** WHAT THE TASK REQUIRES **
Examine the data line by line and report how many lines include the word "blind", with no additional output.

##########

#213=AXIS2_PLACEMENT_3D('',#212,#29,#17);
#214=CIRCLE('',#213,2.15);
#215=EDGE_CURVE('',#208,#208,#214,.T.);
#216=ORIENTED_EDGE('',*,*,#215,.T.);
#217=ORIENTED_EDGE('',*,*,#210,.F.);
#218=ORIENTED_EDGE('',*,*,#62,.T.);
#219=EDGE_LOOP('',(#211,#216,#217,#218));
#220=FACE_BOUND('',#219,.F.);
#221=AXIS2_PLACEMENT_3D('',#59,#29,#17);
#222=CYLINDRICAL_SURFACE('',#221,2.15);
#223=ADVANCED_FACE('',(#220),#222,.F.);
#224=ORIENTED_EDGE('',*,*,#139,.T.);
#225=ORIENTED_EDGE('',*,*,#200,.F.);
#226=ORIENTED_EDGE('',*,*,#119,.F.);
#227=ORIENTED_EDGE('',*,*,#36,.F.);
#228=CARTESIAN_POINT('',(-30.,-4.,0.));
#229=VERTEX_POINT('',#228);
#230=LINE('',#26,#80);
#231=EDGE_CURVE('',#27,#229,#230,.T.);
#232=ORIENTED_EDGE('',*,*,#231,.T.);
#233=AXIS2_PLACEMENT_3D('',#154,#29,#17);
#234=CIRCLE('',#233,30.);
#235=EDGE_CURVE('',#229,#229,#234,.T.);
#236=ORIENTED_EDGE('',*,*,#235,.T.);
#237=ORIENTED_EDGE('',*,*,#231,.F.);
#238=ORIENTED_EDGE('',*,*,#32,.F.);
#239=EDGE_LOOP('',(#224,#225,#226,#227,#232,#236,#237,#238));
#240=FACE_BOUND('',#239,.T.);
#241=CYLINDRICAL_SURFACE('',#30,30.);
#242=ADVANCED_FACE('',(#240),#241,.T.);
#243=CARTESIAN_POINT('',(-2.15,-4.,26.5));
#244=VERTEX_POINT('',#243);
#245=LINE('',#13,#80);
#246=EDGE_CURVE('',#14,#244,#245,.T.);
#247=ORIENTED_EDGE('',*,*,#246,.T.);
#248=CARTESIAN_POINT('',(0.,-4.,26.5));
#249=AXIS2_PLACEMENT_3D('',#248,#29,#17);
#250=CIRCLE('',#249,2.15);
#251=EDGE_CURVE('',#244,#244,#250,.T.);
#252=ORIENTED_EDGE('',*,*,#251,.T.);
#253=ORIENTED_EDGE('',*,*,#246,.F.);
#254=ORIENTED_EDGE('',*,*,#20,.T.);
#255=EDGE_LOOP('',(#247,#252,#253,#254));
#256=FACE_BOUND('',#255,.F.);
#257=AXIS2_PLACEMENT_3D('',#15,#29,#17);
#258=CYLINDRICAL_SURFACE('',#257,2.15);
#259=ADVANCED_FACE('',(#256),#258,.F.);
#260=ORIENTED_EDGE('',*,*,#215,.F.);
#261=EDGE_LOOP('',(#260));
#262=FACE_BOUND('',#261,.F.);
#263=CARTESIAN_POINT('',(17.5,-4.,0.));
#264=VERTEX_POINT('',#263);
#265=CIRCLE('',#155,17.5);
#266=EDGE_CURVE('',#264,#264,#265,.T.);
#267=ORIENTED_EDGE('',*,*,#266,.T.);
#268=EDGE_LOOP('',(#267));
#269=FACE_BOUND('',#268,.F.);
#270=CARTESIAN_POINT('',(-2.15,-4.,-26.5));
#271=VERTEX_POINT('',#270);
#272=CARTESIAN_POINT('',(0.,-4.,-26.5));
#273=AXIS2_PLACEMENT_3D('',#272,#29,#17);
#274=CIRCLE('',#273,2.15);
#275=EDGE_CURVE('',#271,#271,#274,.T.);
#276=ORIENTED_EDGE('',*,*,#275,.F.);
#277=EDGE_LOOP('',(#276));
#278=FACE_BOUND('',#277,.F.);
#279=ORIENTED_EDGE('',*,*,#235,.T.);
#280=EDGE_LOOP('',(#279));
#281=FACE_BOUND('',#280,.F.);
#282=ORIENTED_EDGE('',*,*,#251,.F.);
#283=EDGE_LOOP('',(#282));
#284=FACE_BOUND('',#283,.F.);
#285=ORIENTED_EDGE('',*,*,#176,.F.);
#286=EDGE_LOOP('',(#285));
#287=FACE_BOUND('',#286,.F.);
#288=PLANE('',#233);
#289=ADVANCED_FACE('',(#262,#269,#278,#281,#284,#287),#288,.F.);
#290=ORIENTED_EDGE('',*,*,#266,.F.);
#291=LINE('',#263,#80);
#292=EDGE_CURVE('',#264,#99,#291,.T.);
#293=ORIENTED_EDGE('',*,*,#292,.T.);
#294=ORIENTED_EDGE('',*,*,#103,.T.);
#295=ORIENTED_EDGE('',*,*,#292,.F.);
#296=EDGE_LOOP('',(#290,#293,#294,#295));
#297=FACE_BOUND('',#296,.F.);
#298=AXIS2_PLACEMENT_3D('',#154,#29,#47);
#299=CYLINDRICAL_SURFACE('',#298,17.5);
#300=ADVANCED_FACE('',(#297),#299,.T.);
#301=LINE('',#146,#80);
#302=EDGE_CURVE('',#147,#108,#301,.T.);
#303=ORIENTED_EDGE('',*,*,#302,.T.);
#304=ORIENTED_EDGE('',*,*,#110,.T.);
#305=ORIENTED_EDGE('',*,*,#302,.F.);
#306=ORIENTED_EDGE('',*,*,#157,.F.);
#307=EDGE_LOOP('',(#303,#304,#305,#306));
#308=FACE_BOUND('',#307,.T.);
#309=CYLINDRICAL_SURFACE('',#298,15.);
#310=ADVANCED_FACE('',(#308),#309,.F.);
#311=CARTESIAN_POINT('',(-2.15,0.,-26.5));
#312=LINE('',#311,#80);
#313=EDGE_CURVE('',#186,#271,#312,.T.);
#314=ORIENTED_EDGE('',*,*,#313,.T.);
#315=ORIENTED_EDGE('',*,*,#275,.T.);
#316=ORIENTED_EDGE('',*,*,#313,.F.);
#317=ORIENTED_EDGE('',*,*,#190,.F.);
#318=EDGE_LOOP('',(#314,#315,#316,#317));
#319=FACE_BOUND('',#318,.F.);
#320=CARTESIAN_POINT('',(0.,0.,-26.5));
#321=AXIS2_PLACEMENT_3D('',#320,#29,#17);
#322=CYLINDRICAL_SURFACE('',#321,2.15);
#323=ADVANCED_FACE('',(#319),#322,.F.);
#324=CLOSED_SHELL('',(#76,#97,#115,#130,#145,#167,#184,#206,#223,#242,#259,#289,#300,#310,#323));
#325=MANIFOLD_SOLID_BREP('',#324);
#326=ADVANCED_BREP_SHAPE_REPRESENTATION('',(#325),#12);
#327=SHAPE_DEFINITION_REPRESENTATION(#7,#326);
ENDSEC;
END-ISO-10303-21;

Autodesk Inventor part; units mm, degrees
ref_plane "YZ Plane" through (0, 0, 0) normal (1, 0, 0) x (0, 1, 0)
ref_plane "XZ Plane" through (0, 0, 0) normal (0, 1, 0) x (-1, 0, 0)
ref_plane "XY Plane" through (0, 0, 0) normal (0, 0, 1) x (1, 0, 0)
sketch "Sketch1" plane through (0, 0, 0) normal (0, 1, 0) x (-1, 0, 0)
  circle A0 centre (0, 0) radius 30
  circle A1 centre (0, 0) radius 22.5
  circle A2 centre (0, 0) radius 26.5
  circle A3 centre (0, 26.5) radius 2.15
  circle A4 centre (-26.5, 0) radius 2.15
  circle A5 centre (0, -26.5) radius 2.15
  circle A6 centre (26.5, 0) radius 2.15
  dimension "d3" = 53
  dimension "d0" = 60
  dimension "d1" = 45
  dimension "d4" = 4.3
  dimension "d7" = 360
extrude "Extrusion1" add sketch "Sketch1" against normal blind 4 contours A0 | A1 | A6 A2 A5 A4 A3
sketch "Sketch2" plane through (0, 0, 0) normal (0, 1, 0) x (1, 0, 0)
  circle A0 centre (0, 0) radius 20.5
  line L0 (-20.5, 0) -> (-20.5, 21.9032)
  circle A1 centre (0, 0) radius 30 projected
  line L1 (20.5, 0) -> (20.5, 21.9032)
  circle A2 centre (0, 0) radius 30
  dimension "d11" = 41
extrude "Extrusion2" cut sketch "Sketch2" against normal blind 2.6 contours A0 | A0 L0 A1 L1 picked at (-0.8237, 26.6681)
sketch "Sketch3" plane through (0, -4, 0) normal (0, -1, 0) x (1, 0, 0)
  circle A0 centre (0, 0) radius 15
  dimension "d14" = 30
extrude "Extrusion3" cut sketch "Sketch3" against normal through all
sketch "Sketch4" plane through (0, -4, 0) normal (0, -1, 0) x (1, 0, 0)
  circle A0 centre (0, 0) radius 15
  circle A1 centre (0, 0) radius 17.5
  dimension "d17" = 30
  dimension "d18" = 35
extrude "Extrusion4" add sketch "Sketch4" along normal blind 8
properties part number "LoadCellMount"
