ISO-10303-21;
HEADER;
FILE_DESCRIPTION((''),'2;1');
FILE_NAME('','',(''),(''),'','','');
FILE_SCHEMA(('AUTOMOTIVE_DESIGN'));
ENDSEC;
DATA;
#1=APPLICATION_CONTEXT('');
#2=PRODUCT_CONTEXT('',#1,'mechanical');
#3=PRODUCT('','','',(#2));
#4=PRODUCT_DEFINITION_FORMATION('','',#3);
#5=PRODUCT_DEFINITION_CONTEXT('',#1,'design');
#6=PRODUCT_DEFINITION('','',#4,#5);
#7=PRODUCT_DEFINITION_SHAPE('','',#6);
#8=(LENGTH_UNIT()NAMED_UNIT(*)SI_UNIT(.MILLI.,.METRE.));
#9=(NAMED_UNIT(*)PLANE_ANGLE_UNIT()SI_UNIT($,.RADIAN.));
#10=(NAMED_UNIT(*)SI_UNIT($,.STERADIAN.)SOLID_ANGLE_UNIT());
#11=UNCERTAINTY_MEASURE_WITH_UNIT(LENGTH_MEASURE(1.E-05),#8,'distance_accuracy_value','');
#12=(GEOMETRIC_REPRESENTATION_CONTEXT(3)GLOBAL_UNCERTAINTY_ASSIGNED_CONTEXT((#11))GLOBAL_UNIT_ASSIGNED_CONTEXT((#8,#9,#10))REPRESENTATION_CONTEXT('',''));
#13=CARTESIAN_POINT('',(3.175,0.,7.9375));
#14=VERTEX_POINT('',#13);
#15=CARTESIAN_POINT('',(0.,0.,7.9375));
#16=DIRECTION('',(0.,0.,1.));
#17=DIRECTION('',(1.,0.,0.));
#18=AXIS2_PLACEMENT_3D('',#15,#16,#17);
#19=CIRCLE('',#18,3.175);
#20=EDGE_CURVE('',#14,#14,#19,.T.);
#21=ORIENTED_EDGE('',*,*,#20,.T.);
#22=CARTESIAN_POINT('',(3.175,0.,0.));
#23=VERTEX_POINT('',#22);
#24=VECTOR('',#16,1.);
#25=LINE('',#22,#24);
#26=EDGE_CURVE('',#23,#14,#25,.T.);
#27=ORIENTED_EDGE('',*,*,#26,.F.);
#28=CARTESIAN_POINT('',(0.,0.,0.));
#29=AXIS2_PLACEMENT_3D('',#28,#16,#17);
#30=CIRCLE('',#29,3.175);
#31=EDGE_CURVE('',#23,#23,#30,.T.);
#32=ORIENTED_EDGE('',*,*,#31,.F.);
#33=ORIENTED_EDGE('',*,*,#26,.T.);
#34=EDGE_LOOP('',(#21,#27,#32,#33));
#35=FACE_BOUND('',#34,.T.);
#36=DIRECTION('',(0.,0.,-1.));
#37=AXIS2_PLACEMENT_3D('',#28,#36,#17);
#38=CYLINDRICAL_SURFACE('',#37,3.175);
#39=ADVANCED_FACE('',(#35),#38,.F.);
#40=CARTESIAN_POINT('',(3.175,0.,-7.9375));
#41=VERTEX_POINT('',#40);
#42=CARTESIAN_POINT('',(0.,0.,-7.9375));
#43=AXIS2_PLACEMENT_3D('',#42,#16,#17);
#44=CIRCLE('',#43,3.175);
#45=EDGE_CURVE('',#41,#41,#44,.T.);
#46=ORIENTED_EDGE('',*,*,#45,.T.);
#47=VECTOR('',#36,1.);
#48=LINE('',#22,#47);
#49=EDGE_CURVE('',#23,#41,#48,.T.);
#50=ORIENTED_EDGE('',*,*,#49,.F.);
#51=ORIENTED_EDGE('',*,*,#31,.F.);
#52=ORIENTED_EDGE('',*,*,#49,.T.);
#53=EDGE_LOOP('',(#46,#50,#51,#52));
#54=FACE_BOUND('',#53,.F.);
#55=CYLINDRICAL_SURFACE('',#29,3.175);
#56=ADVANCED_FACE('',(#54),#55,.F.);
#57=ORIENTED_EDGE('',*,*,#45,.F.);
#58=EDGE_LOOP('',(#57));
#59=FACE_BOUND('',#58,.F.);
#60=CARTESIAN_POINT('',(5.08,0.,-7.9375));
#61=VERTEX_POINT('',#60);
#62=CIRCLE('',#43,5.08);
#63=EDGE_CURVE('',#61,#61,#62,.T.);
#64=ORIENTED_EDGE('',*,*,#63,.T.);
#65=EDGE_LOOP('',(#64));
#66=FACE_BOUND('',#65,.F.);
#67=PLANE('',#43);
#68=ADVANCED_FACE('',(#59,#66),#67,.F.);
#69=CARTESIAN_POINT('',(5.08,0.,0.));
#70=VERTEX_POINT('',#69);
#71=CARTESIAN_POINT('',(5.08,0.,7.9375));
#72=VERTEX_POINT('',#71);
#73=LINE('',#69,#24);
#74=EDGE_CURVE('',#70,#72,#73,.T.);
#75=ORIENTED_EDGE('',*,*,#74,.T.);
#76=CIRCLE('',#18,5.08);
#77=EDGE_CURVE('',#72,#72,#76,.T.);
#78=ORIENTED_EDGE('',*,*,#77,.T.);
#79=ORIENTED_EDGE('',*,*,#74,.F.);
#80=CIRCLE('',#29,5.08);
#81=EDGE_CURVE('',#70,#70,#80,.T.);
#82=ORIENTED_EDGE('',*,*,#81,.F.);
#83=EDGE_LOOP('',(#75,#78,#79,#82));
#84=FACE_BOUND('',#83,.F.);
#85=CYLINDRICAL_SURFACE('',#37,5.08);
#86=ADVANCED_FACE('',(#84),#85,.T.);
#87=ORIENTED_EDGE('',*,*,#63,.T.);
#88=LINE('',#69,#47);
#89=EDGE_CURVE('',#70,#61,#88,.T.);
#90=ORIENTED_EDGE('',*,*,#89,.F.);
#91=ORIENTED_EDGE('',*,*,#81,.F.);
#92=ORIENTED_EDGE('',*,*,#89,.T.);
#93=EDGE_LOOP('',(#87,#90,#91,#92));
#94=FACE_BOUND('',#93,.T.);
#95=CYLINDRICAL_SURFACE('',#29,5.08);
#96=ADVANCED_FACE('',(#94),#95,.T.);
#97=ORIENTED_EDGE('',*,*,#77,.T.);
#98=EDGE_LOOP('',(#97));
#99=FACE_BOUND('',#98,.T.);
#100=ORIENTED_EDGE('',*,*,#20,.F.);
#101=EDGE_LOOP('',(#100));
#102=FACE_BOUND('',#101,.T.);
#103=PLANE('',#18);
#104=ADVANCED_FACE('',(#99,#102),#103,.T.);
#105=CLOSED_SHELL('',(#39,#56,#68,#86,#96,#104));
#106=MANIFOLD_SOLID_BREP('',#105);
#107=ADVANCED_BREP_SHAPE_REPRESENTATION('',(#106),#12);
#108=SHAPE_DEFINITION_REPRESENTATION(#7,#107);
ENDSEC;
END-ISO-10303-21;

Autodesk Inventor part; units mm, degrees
ref_plane "YZ Plane" through (0, 0, 0) normal (1, 0, 0) x (0, 1, 0)
ref_plane "XZ Plane" through (0, 0, 0) normal (0, 1, 0) x (-1, 0, 0)
ref_plane "XY Plane" through (0, 0, 0) normal (0, 0, 1) x (1, 0, 0)
sketch "Sketch1" plane through (0, 0, 0) normal (0, 0, 1) x (1, 0, 0)
  circle A0 centre (0, 0) radius 3.175
  circle A1 centre (0, 0) radius 5.08
  dimension "d0" = 6.35
  dimension "d1" = 10.16
extrude "Extrusion1" add sketch "Sketch1" along normal mid plane 15.875
properties part number ".625''_spacer"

##########

** WRITTEN ANSWER **
3